───── Raw data ─────

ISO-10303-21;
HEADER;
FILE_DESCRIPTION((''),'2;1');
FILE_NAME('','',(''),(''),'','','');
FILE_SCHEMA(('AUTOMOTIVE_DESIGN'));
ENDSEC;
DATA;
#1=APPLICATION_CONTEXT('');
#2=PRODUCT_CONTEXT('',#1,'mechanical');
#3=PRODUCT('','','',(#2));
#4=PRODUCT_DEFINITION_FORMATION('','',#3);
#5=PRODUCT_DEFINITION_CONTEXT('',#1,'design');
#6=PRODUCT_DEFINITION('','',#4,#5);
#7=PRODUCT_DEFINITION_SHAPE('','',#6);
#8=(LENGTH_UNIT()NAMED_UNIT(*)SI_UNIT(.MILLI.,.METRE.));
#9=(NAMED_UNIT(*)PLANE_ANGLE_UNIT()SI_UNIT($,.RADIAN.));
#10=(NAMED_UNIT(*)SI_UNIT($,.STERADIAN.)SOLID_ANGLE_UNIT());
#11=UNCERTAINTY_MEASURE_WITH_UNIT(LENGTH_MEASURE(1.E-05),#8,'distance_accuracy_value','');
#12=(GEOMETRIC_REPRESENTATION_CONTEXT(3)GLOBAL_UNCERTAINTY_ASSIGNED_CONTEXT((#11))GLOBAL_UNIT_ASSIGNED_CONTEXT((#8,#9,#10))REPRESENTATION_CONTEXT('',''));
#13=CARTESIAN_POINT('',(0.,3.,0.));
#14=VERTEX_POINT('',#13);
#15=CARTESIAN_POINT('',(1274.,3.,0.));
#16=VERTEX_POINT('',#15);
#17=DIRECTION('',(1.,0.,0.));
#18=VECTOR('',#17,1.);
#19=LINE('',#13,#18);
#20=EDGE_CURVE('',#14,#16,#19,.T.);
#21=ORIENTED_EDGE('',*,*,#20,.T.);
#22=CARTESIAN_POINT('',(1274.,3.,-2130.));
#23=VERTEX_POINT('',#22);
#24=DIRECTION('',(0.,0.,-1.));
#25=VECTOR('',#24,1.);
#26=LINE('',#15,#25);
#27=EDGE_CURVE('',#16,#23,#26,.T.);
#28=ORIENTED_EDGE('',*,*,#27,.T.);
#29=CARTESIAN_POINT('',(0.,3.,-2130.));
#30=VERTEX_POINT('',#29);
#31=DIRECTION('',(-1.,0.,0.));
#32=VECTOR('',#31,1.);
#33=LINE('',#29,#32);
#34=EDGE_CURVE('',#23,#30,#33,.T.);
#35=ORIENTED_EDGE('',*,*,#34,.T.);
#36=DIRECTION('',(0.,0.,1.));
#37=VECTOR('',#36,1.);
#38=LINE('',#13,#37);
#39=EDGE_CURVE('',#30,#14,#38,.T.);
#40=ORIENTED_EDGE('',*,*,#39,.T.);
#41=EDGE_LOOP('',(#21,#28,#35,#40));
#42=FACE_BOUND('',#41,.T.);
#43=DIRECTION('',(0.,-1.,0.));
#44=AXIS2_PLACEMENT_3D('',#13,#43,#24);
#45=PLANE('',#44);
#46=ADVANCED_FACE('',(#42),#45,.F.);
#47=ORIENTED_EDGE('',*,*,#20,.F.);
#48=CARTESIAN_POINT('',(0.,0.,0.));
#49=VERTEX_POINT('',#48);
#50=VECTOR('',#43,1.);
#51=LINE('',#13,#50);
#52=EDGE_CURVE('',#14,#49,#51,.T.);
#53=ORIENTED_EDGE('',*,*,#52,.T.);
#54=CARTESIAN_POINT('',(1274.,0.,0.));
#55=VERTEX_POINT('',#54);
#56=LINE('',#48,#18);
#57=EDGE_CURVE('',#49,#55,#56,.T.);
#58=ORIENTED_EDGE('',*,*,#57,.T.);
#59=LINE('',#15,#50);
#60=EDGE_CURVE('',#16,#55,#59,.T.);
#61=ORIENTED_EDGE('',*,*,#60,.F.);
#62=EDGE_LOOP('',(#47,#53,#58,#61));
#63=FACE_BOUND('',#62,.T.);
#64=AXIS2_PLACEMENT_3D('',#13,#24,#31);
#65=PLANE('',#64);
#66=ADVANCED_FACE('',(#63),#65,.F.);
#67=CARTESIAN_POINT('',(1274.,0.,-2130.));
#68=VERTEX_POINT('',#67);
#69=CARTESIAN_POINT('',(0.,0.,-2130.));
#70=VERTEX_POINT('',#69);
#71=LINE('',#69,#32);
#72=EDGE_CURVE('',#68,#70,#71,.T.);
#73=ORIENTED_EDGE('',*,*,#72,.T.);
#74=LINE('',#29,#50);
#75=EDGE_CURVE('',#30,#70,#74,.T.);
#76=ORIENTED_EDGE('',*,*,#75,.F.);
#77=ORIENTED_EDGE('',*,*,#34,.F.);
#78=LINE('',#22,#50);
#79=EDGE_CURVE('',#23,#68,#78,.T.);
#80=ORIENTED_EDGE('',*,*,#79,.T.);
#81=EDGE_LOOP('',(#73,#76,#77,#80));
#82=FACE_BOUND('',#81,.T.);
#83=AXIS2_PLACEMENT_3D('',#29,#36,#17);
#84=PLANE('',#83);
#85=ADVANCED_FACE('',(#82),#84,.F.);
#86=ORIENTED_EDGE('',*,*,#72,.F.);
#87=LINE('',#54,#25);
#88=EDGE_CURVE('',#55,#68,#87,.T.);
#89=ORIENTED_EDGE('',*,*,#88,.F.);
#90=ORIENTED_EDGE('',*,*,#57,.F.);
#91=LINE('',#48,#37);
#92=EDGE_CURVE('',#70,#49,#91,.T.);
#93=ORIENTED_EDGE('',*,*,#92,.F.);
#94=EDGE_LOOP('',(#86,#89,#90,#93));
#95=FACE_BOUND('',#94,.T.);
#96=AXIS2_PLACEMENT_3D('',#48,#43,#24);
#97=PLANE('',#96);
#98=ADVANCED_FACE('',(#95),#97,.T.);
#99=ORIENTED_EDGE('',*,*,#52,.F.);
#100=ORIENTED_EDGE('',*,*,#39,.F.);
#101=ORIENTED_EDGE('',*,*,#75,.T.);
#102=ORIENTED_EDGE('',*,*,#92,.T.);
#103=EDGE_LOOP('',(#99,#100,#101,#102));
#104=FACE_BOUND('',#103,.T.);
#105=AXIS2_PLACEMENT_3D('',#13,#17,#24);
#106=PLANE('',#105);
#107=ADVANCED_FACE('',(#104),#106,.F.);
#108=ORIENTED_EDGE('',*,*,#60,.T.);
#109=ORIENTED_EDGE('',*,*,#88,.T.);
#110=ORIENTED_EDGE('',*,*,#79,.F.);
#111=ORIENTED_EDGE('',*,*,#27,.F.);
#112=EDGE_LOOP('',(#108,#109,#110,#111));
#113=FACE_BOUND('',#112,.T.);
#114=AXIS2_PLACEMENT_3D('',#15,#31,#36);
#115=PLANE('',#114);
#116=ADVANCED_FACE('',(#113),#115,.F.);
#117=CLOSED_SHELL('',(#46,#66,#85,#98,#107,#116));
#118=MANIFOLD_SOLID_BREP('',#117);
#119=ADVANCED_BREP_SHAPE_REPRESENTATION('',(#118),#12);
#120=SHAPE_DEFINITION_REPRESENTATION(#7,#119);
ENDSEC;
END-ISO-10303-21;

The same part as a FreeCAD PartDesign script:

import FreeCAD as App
import Part
import Sketcher
from FreeCAD import Vector


def add_polygon(sketch, points):
    """Adds a closed chain of lines whose ends are joined by coincident constraints."""
    first, n = sketch.GeometryCount, len(points)
    for a, b in zip(points, points[1:] + points[:1]):
        sketch.addGeometry(Part.LineSegment(App.Vector(*a, 0), App.Vector(*b, 0)), False)
    for i in range(n):
        sketch.addConstraint(Sketcher.Constraint("Coincident", first + i, 2, first + (i + 1) % n, 1))

doc = App.newDocument("Part")
body = doc.addObject("PartDesign::Body", "Body")

# Sketch on XZ plane
sketch1 = body.newObject("Sketcher::SketchObject", "Sketch")
sketch1.AttachmentSupport = (doc.getObject("XZ_Plane"), [""])
sketch1.MapMode = "FlatFace"
add_polygon(sketch1, [(0, -2130), (0, 0), (1274, 0), (1274, -2130)])  # lines 0-3
sketch1.addConstraint(Sketcher.Constraint("Vertical", 0))
sketch1.addConstraint(Sketcher.Constraint("Horizontal", 1))
sketch1.addConstraint(Sketcher.Constraint("Vertical", 2))
sketch1.addConstraint(Sketcher.Constraint("Horizontal", 3))
sketch1.addConstraint(Sketcher.Constraint("Coincident", 0, 2, -1, 1))
sketch1.addConstraint(Sketcher.Constraint("DistanceX", 1, 1, 1, 2, 1274.0))
sketch1.addConstraint(Sketcher.Constraint("DistanceY", 0, 1, 0, 2, 2130.0))
pad1 = body.newObject("PartDesign::Pad", "Pad")
pad1.Profile = sketch1
pad1.Length = 3
pad1.Reversed = True

doc.recompute()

─────

Directions
Repeat exactly the lines above from the one with "#51=LINE('',#13,#50);" up to and including the one with "#62=EDGE_LOOP('',(#47,#53,#58,#61));". No other line belongs in the reply.

Solution to this exercise
#51=LINE('',#13,#50);
#52=EDGE_CURVE('',#14,#49,#51,.T.);
#53=ORIENTED_EDGE('',*,*,#52,.T.);
#54=CARTESIAN_POINT('',(1274.,0.,0.));
#55=VERTEX_POINT('',#54);
#56=LINE('',#48,#18);
#57=EDGE_CURVE('',#49,#55,#56,.T.);
#58=ORIENTED_EDGE('',*,*,#57,.T.);
#59=LINE('',#15,#50);
#60=EDGE_CURVE('',#16,#55,#59,.T.);
#61=ORIENTED_EDGE('',*,*,#60,.F.);
#62=EDGE_LOOP('',(#47,#53,#58,#61));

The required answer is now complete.